■ What you should do
Verbatim, and with nothing else, reproduce the data below from its first line through the line containing "ThreePointArc((3.5, 0), (0, 3.5), (-3.5, 0))".

■ Provided data
▬▬▬▬▬▬▬▬▬▬
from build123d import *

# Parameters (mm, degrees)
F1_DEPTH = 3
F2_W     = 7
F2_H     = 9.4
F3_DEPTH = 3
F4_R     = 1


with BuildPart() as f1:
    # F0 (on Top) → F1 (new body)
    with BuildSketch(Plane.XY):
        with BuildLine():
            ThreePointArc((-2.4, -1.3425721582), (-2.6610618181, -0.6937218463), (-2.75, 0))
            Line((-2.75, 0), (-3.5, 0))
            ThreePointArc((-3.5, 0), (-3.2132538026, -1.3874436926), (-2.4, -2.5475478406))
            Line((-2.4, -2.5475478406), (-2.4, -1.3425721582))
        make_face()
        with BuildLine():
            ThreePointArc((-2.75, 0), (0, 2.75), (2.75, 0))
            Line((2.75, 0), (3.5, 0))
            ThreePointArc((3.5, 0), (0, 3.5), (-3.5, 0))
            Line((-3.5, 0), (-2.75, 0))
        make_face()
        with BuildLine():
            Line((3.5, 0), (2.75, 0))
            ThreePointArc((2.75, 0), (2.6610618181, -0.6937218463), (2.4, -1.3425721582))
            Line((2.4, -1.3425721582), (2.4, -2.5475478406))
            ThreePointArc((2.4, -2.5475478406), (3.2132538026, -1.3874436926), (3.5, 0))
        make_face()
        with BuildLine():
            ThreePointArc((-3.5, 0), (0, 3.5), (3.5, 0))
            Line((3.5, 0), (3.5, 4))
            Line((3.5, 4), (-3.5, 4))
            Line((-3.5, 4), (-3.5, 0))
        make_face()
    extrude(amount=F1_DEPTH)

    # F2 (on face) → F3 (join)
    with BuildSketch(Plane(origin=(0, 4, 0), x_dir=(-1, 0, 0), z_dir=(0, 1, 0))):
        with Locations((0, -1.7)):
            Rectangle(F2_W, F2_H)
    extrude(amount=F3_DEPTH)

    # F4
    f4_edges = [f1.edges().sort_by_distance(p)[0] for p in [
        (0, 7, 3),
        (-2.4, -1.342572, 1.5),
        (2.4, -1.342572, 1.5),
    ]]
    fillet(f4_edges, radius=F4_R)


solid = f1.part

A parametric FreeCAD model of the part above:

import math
import FreeCAD as App
import Part
import Sketcher


def edges_at(feature, points):
    """Names of the edges that pass closest to the given points."""
    edges = feature.Shape.Edges
    near = lambda p: min(range(len(edges)), key=lambda i: edges[i].distToShape(Part.Vertex(*p))[0])
    return sorted({f"Edge{near(p) + 1}" for p in points})

doc = App.newDocument("Part")
body = doc.addObject("PartDesign::Body", "Body")

sketch1 = body.newObject("Sketcher::SketchObject", "Sketch")
sketch1.AttachmentSupport = (doc.getObject("XY_Plane"), [""])
sketch1.MapMode = "FlatFace"
sketch1.addGeometry([
    Part.ArcOfCircle(Part.Circle(App.Vector(0, 0, 0), App.Vector(0, 0, 1), 2.75), math.radians(180), math.radians(209.22287)),
    Part.ArcOfCircle(Part.Circle(App.Vector(0, 0, 0), App.Vector(0, 0, 1), 2.75), math.radians(0), math.radians(180)),
    Part.ArcOfCircle(Part.Circle(App.Vector(0, 0, 0), App.Vector(0, 0, 1), 2.75), math.radians(-29.22287), math.radians(0)),
    Part.LineSegment(App.Vector(2.4, -1.342572, 0), App.Vector(2.4, -2.547548, 0)),
    Part.ArcOfCircle(Part.Circle(App.Vector(0, 0, 0), App.Vector(0, 0, 1), 3.5), math.radians(-46.708192), math.radians(0)),
    Part.LineSegment(App.Vector(3.5, 0, 0), App.Vector(3.5, 4, 0)),
    Part.LineSegment(App.Vector(3.5, 4, 0), App.Vector(-3.5, 4, 0)),
    Part.LineSegment(App.Vector(-3.5, 4, 0), App.Vector(-3.5, 0, 0)),
    Part.ArcOfCircle(Part.Circle(App.Vector(0, 0, 0), App.Vector(0, 0, 1), 3.5), math.radians(180), math.radians(226.708192)),
    Part.LineSegment(App.Vector(-2.4, -2.547548, 0), App.Vector(-2.4, -1.342572, 0)),
], False)
sketch1.addConstraint([
    Sketcher.Constraint("Tangent", 0, 1, 1, 2),
    Sketcher.Constraint("Tangent", 1, 1, 2, 2),
    Sketcher.Constraint("Coincident", 2, 1, 3, 1),
    Sketcher.Constraint("Coincident", 3, 2, 4, 1),
    Sketcher.Constraint("Tangent", 4, 2, 5, 1),
    Sketcher.Constraint("Coincident", 5, 2, 6, 1),
    Sketcher.Constraint("Coincident", 6, 2, 7, 1),
    Sketcher.Constraint("Tangent", 7, 2, 8, 1),
    Sketcher.Constraint("Coincident", 8, 2, 9, 1),
    Sketcher.Constraint("Coincident", 9, 2, 0, 2),
    Sketcher.Constraint("Vertical", 3),
    Sketcher.Constraint("Vertical", 5),
    Sketcher.Constraint("Horizontal", 6),
    Sketcher.Constraint("Vertical", 7),
    Sketcher.Constraint("Vertical", 9),
    Sketcher.Constraint("Coincident", 0, 3, -1, 1),
    Sketcher.Constraint("Coincident", 4, 3, -1, 1),
    Sketcher.Constraint("Coincident", 8, 3, -1, 1),
    Sketcher.Constraint("Equal", 0, 1),
    Sketcher.Constraint("Equal", 1, 2),
    Sketcher.Constraint("Equal", 4, 8),
    Sketcher.Constraint("PointOnObject", 0, 1, -1),
    Sketcher.Constraint("PointOnObject", 1, 1, -1),
    Sketcher.Constraint("Horizontal", 3, 2, 8, 2),
    Sketcher.Constraint("Radius", 4, 3.5),
    Sketcher.Constraint("DistanceY", 5, 1, 5, 2, 4.0),
    Sketcher.Constraint("Radius", 0, 2.75),
    Sketcher.Constraint("DistanceX", -1, 1, 2, 1, 2.4),
])
pad1 = body.newObject("PartDesign::Pad", "Pad")
pad1.Profile = sketch1
pad1.Length = 3

sketch2 = body.newObject("Sketcher::SketchObject", "Sketch001")
sketch2.AttachmentSupport = (doc.getObject("XZ_Plane"), [""])
sketch2.MapMode = "FlatFace"
sketch2.AttachmentOffset = App.Placement(App.Vector(0, 0, -4), App.Rotation())
sketch2.addGeometry([
    Part.LineSegment(App.Vector(3.5, 3, 0), App.Vector(3.5, -6.4, 0)),
    Part.LineSegment(App.Vector(3.5, -6.4, 0), App.Vector(-3.5, -6.4, 0)),
    Part.LineSegment(App.Vector(-3.5, -6.4, 0), App.Vector(-3.5, 3, 0)),
    Part.LineSegment(App.Vector(-3.5, 3, 0), App.Vector(3.5, 3, 0)),
], False)
sketch2.addConstraint([
    Sketcher.Constraint("Coincident", 0, 2, 1, 1),
    Sketcher.Constraint("Coincident", 1, 2, 2, 1),
    Sketcher.Constraint("Coincident", 2, 2, 3, 1),
    Sketcher.Constraint("Coincident", 3, 2, 0, 1),
    Sketcher.Constraint("Vertical", 0),
    Sketcher.Constraint("Horizontal", 1),
    Sketcher.Constraint("Vertical", 2),
    Sketcher.Constraint("Horizontal", 3),
    Sketcher.Constraint("DistanceX", 1, 2, 1, 1, 7.0),
    Sketcher.Constraint("DistanceY", 0, 2, 0, 1, 9.4),
    Sketcher.Constraint("DistanceY", -1, 1, 2, 2, 3.0),
    Sketcher.Constraint("DistanceX", -1, 1, 0, 2, 3.5),
])
pad2 = body.newObject("PartDesign::Pad", "Pad001")
pad2.Profile = sketch2
pad2.Length = 3
pad2.Reversed = True
doc.recompute()

fillet = body.newObject("PartDesign::Fillet", "Fillet")
fillet.Base = (pad2, edges_at(pad2, [(0, 7, 3), (-2.4, -1.343, 1.5), (2.4, -1.343, 1.5)]))
fillet.Radius = 1

doc.recompute()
▬▬▬▬▬▬▬▬▬▬
■ Response below
from build123d import *

# Parameters (mm, degrees)
F1_DEPTH = 3
F2_W     = 7
F2_H     = 9.4
F3_DEPTH = 3
F4_R     = 1


with BuildPart() as f1:
    # F0 (on Top) → F1 (new body)
    with BuildSketch(Plane.XY):
        with BuildLine():
            ThreePointArc((-2.4, -1.3425721582), (-2.6610618181, -0.6937218463), (-2.75, 0))
            Line((-2.75, 0), (-3.5, 0))
            ThreePointArc((-3.5, 0), (-3.2132538026, -1.3874436926), (-2.4, -2.5475478406))
            Line((-2.4, -2.5475478406), (-2.4, -1.3425721582))
        make_face()
        with BuildLine():
            ThreePointArc((-2.75, 0), (0, 2.75), (2.75, 0))
            Line((2.75, 0), (3.5, 0))
            ThreePointArc((3.5, 0), (0, 3.5), (-3.5, 0))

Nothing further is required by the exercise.